> WHAT IS REQUIRED
The records below must be returned in full and unaltered.

● ● ●

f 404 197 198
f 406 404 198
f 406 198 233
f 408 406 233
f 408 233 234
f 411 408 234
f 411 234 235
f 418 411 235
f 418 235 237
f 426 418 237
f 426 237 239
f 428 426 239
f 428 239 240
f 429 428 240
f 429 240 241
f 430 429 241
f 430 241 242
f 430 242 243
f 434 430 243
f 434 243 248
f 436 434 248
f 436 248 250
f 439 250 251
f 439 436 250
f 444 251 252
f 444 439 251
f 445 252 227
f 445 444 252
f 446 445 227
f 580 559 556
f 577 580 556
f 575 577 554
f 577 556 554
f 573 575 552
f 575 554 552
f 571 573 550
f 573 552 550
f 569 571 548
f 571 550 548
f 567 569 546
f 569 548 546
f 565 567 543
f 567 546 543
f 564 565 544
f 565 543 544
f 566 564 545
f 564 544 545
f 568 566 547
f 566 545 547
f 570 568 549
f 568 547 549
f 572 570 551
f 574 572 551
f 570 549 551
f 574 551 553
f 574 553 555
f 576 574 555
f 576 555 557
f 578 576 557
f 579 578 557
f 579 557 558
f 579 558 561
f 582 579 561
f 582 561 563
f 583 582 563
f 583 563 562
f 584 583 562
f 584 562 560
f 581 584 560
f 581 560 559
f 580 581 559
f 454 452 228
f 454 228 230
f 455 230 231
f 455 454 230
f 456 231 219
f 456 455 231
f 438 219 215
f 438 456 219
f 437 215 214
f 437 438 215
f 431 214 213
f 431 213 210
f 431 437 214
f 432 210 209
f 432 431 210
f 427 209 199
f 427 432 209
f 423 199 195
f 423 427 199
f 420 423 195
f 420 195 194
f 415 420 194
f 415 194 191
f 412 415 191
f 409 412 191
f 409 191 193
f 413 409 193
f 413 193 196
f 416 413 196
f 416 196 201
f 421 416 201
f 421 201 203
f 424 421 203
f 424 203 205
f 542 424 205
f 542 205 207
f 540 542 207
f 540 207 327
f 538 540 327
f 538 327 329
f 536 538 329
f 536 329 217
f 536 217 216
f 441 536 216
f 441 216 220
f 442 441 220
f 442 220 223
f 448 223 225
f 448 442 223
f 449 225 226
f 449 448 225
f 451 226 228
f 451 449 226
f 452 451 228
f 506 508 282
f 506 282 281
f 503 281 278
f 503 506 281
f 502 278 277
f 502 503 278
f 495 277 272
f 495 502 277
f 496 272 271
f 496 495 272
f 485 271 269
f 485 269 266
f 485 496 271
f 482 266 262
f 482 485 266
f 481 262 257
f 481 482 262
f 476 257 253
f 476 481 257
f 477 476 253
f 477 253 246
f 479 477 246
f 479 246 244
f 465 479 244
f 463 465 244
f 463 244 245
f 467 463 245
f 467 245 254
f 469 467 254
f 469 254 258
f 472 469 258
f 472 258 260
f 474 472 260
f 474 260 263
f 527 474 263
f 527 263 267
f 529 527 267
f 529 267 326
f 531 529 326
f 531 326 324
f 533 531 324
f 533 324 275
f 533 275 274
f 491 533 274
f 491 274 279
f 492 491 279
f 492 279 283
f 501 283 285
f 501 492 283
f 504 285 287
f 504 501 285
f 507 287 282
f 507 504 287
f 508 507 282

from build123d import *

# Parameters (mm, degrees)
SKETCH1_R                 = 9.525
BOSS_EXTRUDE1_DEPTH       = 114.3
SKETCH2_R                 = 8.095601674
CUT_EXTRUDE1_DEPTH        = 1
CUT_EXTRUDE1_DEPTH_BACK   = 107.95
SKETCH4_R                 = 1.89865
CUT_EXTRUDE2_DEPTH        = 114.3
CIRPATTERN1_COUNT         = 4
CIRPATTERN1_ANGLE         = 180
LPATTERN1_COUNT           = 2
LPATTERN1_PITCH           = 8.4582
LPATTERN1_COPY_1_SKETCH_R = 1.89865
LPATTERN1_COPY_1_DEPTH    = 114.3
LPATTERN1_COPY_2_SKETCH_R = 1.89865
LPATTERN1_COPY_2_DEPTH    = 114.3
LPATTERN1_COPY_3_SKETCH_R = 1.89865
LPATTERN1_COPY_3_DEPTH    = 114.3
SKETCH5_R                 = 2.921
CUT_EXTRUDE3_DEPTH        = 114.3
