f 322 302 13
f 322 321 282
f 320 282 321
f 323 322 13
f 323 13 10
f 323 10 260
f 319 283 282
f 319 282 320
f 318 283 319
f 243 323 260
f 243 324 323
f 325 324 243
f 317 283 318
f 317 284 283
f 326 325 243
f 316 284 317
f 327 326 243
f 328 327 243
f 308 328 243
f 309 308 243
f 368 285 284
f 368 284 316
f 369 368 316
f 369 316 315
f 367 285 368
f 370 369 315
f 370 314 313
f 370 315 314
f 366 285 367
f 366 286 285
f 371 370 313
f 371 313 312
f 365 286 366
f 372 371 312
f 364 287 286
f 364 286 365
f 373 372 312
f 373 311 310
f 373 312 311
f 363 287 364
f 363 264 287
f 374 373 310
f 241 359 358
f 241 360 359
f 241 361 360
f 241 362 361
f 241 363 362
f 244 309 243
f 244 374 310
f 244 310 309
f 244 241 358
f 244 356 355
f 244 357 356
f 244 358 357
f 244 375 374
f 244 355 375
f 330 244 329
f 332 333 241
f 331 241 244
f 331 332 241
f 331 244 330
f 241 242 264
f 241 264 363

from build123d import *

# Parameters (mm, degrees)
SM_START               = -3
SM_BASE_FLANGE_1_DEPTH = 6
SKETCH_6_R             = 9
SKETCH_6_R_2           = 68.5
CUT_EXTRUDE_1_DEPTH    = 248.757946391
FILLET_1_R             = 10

● ● ●

> SOLUTION
f 404 197 198
f 406 404 198
f 406 198 233
f 408 406 233
f 408 233 234
f 411 408 234
f 411 234 235
f 418 411 235
f 418 235 237
f 426 418 237
f 426 237 239
f 428 426 239
f 428 239 240
f 429 428 240
f 429 240 241
f 430 429 241
f 430 241 242
f 430 242 243
f 434 430 243
f 434 243 248
f 436 434 248
f 436 248 250
f 439 250 251
f 439 436 250
f 444 251 252
f 444 439 251
f 445 252 227
f 445 444 252
f 446 445 227
f 580 559 556
f 577 580 556
f 575 577 554
f 577 556 554
f 573 575 552
f 575 554 552
f 571 573 550
f 573 552 550
f 569 571 548
f 571 550 548
f 567 569 546
f 569 548 546
f 565 567 543
f 567 546 543
f 564 565 544
f 565 543 544
f 566 564 545
f 564 544 545
f 568 566 547
f 566 545 547
f 570 568 549
f 568 547 549
f 572 570 551
f 574 572 551
f 570 549 551
f 574 551 553
f 574 553 555
f 576 574 555
f 576 555 557
f 578 576 557
f 579 578 557
f 579 557 558
f 579 558 561
f 582 579 561
f 582 561 563
f 583 582 563
f 583 563 562
f 584 583 562
f 584 562 560
f 581 584 560
f 581 560 559
f 580 581 559
f 454 452 228
f 454 228 230
f 455 230 231
f 455 454 230
f 456 231 219
f 456 455 231
f 438 219 215
f 438 456 219
f 437 215 214
f 437 438 215
f 431 214 213
f 431 213 210
f 431 437 214
f 432 210 209
f 432 431 210
f 427 209 199
f 427 432 209
f 423 199 195
f 423 427 199
f 420 423 195
f 420 195 194
f 415 420 194
f 415 194 191
f 412 415 191
f 409 412 191
f 409 191 193
f 413 409 193
f 413 193 196
f 416 413 196
f 416 196 201
f 421 416 201
f 421 201 203
f 424 421 203
f 424 203 205
f 542 424 205
f 542 205 207
f 540 542 207
f 540 207 327
f 538 540 327
f 538 327 329
f 536 538 329
f 536 329 217
f 536 217 216
f 441 536 216
f 441 216 220
f 442 441 220
f 442 220 223
f 448 223 225
f 448 442 223
f 449 225 226
f 449 448 225
f 451 226 228
f 451 449 226
f 452 451 228
f 506 508 282
f 506 282 281
f 503 281 278
f 503 506 281
f 502 278 277
f 502 503 278
f 495 277 272
f 495 502 277
f 496 272 271
f 496 495 272
f 485 271 269
f 485 269 266
f 485 496 271
f 482 266 262
f 482 485 266
f 481 262 257
f 481 482 262
f 476 257 253
f 476 481 257
f 477 476 253
f 477 253 246
f 479 477 246
f 479 246 244
f 465 479 244
f 463 465 244
f 463 244 245
f 467 463 245
f 467 245 254
f 469 467 254
f 469 254 258
f 472 469 258
f 472 258 260
f 474 472 260
f 474 260 263
f 527 474 263
f 527 263 267
f 529 527 267
f 529 267 326
f 531 529 326
f 531 326 324
f 533 531 324
f 533 324 275
f 533 275 274
f 491 533 274
f 491 274 279
f 492 491 279
f 492 279 283
f 501 283 285
f 501 492 283
f 504 285 287
f 504 501 285
f 507 287 282
f 507 504 287
f 508 507 282

from build123d import *

# Parameters (mm, degrees)
SKETCH1_R                 = 9.525
BOSS_EXTRUDE1_DEPTH       = 114.3
SKETCH2_R                 = 8.095601674
CUT_EXTRUDE1_DEPTH        = 1
CUT_EXTRUDE1_DEPTH_BACK   = 107.95
SKETCH4_R                 = 1.89865
CUT_EXTRUDE2_DEPTH        = 114.3
CIRPATTERN1_COUNT         = 4
CIRPATTERN1_ANGLE         = 180
LPATTERN1_COUNT           = 2
LPATTERN1_PITCH           = 8.4582
LPATTERN1_COPY_1_SKETCH_R = 1.89865
LPATTERN1_COPY_1_DEPTH    = 114.3
LPATTERN1_COPY_2_SKETCH_R = 1.89865
LPATTERN1_COPY_2_DEPTH    = 114.3
LPATTERN1_COPY_3_SKETCH_R = 1.89865
LPATTERN1_COPY_3_DEPTH    = 114.3
SKETCH5_R                 = 2.921
CUT_EXTRUDE3_DEPTH        = 114.3
f 322 302 13
f 322 321 282
f 320 282 321
f 323 322 13
f 323 13 10
f 323 10 260
f 319 283 282
f 319 282 320
f 318 283 319
f 243 323 260
f 243 324 323
f 325 324 243
f 317 283 318
f 317 284 283
f 326 325 243
f 316 284 317
f 327 326 243
f 328 327 243
f 308 328 243
f 309 308 243
f 368 285 284
f 368 284 316
f 369 368 316
f 369 316 315
f 367 285 368
f 370 369 315
f 370 314 313
f 370 315 314
f 366 285 367
f 366 286 285
f 371 370 313
f 371 313 312
f 365 286 366
f 372 371 312
f 364 287 286
f 364 286 365
f 373 372 312
f 373 311 310
f 373 312 311
f 363 287 364
f 363 264 287
f 374 373 310
f 241 359 358
f 241 360 359
f 241 361 360
f 241 362 361
f 241 363 362
f 244 309 243
f 244 374 310
f 244 310 309
f 244 241 358
f 244 356 355
f 244 357 356
f 244 358 357
f 244 375 374
f 244 355 375
f 330 244 329
f 332 333 241
f 331 241 244
f 331 332 241
f 331 244 330
f 241 242 264
f 241 264 363

from build123d import *

# Parameters (mm, degrees)
SM_START               = -3
SM_BASE_FLANGE_1_DEPTH = 6
SKETCH_6_R             = 9
SKETCH_6_R_2           = 68.5
CUT_EXTRUDE_1_DEPTH    = 248.757946391
FILLET_1_R             = 10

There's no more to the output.